An autobiography as toxic and addictive as any drug its author has ever ingested.

The legendary booze-addled metal rocker turned reality-TV star comes clean in his tell-all autobiography.

Although brought up in the bleak British factory town of Aston, John “Ozzy” Osbourne’s tragicomic rags-to-riches tale is somehow quintessentially American. It’s an epic dream/nightmare that takes him from Winson Green prison in 1966 to a presidential dinner with George W. Bush in 2004. Tracing his adult life from petty thief and slaughterhouse worker to rock star, Osbourne’s first-person slang-and-expletive-driven style comes off like he’s casually relating his story while knocking back pints at the pub. “What you read here,” he writes, “is what dribbled out of the jelly I call my brain when I asked it for my life story.” During the late 1960s his transformation from inept shoplifter to notorious Black Sabbath frontman was unlikely enough. In fact, the band got its first paying gigs by waiting outside concert venues hoping the regularly scheduled act wouldn’t show. After a few years, Osbourne and his bandmates were touring America and becoming millionaires from their riff-heavy doom music. As expected, with success came personal excess and inevitable alienation from the other members of the group.
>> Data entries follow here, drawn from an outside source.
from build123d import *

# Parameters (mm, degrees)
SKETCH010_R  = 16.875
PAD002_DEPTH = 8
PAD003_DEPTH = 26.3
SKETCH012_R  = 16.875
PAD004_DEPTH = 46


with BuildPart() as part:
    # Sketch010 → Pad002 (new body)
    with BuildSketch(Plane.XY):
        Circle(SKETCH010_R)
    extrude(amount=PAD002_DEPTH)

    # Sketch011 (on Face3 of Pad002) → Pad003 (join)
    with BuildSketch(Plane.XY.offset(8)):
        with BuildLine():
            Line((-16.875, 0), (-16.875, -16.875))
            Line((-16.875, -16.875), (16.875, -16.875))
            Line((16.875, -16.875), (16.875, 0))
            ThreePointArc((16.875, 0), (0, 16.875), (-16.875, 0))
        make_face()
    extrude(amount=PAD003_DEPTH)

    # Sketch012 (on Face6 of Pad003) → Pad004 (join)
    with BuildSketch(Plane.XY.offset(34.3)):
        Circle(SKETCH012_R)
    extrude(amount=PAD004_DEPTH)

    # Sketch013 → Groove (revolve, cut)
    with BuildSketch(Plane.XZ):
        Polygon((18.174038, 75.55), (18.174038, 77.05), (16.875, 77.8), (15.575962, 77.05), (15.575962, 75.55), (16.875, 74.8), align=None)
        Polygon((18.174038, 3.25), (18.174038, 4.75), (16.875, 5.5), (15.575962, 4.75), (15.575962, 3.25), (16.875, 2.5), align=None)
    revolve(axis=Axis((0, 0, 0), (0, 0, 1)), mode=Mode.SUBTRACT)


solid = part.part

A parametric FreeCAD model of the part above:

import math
import FreeCAD as App
import Part
import Sketcher
Q = App.Units.Quantity


def add_polygon(sketch, points):
    """Adds a closed chain of lines whose ends are joined by coincident constraints."""
    first, n = sketch.GeometryCount, len(points)
    for a, b in zip(points, points[1:] + points[:1]):
        sketch.addGeometry(Part.LineSegment(App.Vector(*a, 0), App.Vector(*b, 0)), False)
    for i in range(n):
        sketch.addConstraint(Sketcher.Constraint("Coincident", first + i, 2, first + (i + 1) % n, 1))

doc = App.newDocument("Part")
body = doc.addObject("PartDesign::Body", "Body")

# Sketch on XY plane
sketch1 = doc.addObject("Sketcher::SketchObject", "Sketch")
body.addObject(sketch1)
sketch1.AttachmentSupport = (doc.XY_Plane, [""])
sketch1.MapMode = "FlatFace"
sketch1.addGeometry(Part.Circle(App.Vector(0, 0, 0), App.Vector(0, 0, 1), 16.875), False)
sketch1.addConstraint([
    Sketcher.Constraint("Coincident", 0, 3, -1, 1),
    Sketcher.Constraint("Diameter", 0, Q("33.75 mm")),
])
pad1 = doc.addObject("PartDesign::Pad", "Pad")
body.addObject(pad1)
pad1.Profile = sketch1
pad1.Length = 8

# Sketch on XY plane
sketch2 = doc.addObject("Sketcher::SketchObject", "Sketch001")
body.addObject(sketch2)
sketch2.AttachmentSupport = (doc.XY_Plane, [""])
sketch2.MapMode = "FlatFace"
sketch2.AttachmentOffset = App.Placement(App.Vector(0, 0, 8), App.Rotation())
sketch2.addGeometry([
    Part.LineSegment(App.Vector(-16.875, 0, 0), App.Vector(-16.875, -16.875, 0)),
    Part.LineSegment(App.Vector(-16.875, -16.875, 0), App.Vector(16.875, -16.875, 0)),
    Part.LineSegment(App.Vector(16.875, -16.875, 0), App.Vector(16.875, 0, 0)),
    Part.ArcOfCircle(Part.Circle(App.Vector(0, 0, 0), App.Vector(0, 0, 1), 16.875), math.radians(0), math.radians(180)),
], False)
sketch2.addConstraint([
    Sketcher.Constraint("Coincident", 0, 2, 1, 1),
    Sketcher.Constraint("Coincident", 1, 2, 2, 1),
    Sketcher.Constraint("Tangent", 2, 2, 3, 1),
    Sketcher.Constraint("Tangent", 3, 2, 0, 1),
    Sketcher.Constraint("Vertical", 0),
    Sketcher.Constraint("Horizontal", 1),
    Sketcher.Constraint("Vertical", 2),
    Sketcher.Constraint("Coincident", 3, 3, -1, 1),
    Sketcher.Constraint("Radius", 3, Q("16.875 mm")),
    Sketcher.Constraint("DistanceY", 0, 2, 0, 1, Q("16.875 mm")),
])
pad2 = doc.addObject("PartDesign::Pad", "Pad001")
body.addObject(pad2)
pad2.Profile = sketch2
pad2.Length = 26.3

# Sketch on XY plane
sketch3 = doc.addObject("Sketcher::SketchObject", "Sketch002")
body.addObject(sketch3)
sketch3.AttachmentSupport = (doc.XY_Plane, [""])
sketch3.MapMode = "FlatFace"
sketch3.AttachmentOffset = App.Placement(App.Vector(0, 0, 34.3), App.Rotation())
sketch3.addGeometry(Part.Circle(App.Vector(0, 0, 0), App.Vector(0, 0, 1), 16.875), False)
sketch3.addConstraint([
    Sketcher.Constraint("Coincident", 0, 3, -1, 1),
    Sketcher.Constraint("Diameter", 0, Q("33.75 mm")),
])
pad3 = doc.addObject("PartDesign::Pad", "Pad002")
body.addObject(pad3)
pad3.Profile = sketch3
pad3.Length = 46

# Sketch on XZ plane
sketch4 = doc.addObject("Sketcher::SketchObject", "Sketch003")
body.addObject(sketch4)
sketch4.AttachmentSupport = (doc.XZ_Plane, [""])
sketch4.MapMode = "FlatFace"
add_polygon(sketch4, [(18.174038, 75.55), (18.174038, 77.05), (16.875, 77.8), (15.575962, 77.05), (15.575962, 75.55), (16.875, 74.8)])  # lines 0-5
add_polygon(sketch4, [(18.174038, 3.25), (18.174038, 4.75), (16.875, 5.5), (15.575962, 4.75), (15.575962, 3.25), (16.875, 2.5)])  # lines 6-11
sketch4.addConstraint([
    Sketcher.Constraint("Vertical", 0),
    Sketcher.Constraint("Vertical", 3),
    Sketcher.Constraint("Vertical", 6),
    Sketcher.Constraint("Vertical", 9),
    Sketcher.Constraint("Parallel", 1, 4),
    Sketcher.Constraint("Parallel", 2, 5),
    Sketcher.Constraint("Parallel", 4, 7),
    Sketcher.Constraint("Parallel", 5, 8),
    Sketcher.Constraint("Parallel", 7, 10),
    Sketcher.Constraint("Parallel", 8, 11),
    Sketcher.Constraint("Horizontal", 0, 2, 2, 2),
    Sketcher.Constraint("Horizontal", 3, 2, 5, 2),
    Sketcher.Constraint("Horizontal", 6, 2, 8, 2),
    Sketcher.Constraint("Horizontal", 9, 2, 11, 2),
    Sketcher.Constraint("Vertical", 1, 2, 4, 2),
    Sketcher.Constraint("Vertical", 5, 2, 6, 2),
    Sketcher.Constraint("Vertical", 4, 2, 7, 2),
    Sketcher.Constraint("Equal", 3, 6),
    Sketcher.Constraint("Angle", 1, Q("149.999998 deg")),
    Sketcher.Constraint("DistanceY", 0, 1, 0, 2, Q("1.5 mm")),
    Sketcher.Constraint("DistanceY", 4, 2, 1, 2, Q("3 mm")),
    Sketcher.Constraint("DistanceY", -1, 1, 1, 2, Q("77.8 mm")),
    Sketcher.Constraint("DistanceY", -1, 1, 7, 2, Q("5.5 mm")),
    Sketcher.Constraint("DistanceX", -1, 1, 1, 2, Q("16.875 mm")),
])
groove = doc.addObject("PartDesign::Groove", "Groove")
body.addObject(groove)
groove.Profile = sketch4
groove.ReferenceAxis = (sketch4, ["V_Axis"])
groove.Angle = 360

doc.recompute()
But as a solo performer, Osbourne’s predilection for guns, drink, drugs, near-death experiences, cruelty to animals and relieving himself in public soon became the stuff of legend. His most infamous exploits—biting the head off a bat and accidentally urinating on the Alamo—are addressed, but they seem tame compared to other dark moments of his checkered past: nearly killing his wife Sharon during an alcohol-induced blackout, waking up after a bender in the middle of a busy highway, burning down his backyard, etc. Osbourne is confessional to a fault, jeopardizing his demonic-rocker reputation with glib remarks about his love for Paul McCartney and Robin Williams. The most distinguishing feature of the book is the staggering chapter-by-chapter accumulation of drunken mishaps, bodily dysfunctions and drug-induced mayhem over a 40-plus-year career—a résumé of anti-social atrocities comparable to any of rock ’n’ roll’s most reckless outlaws.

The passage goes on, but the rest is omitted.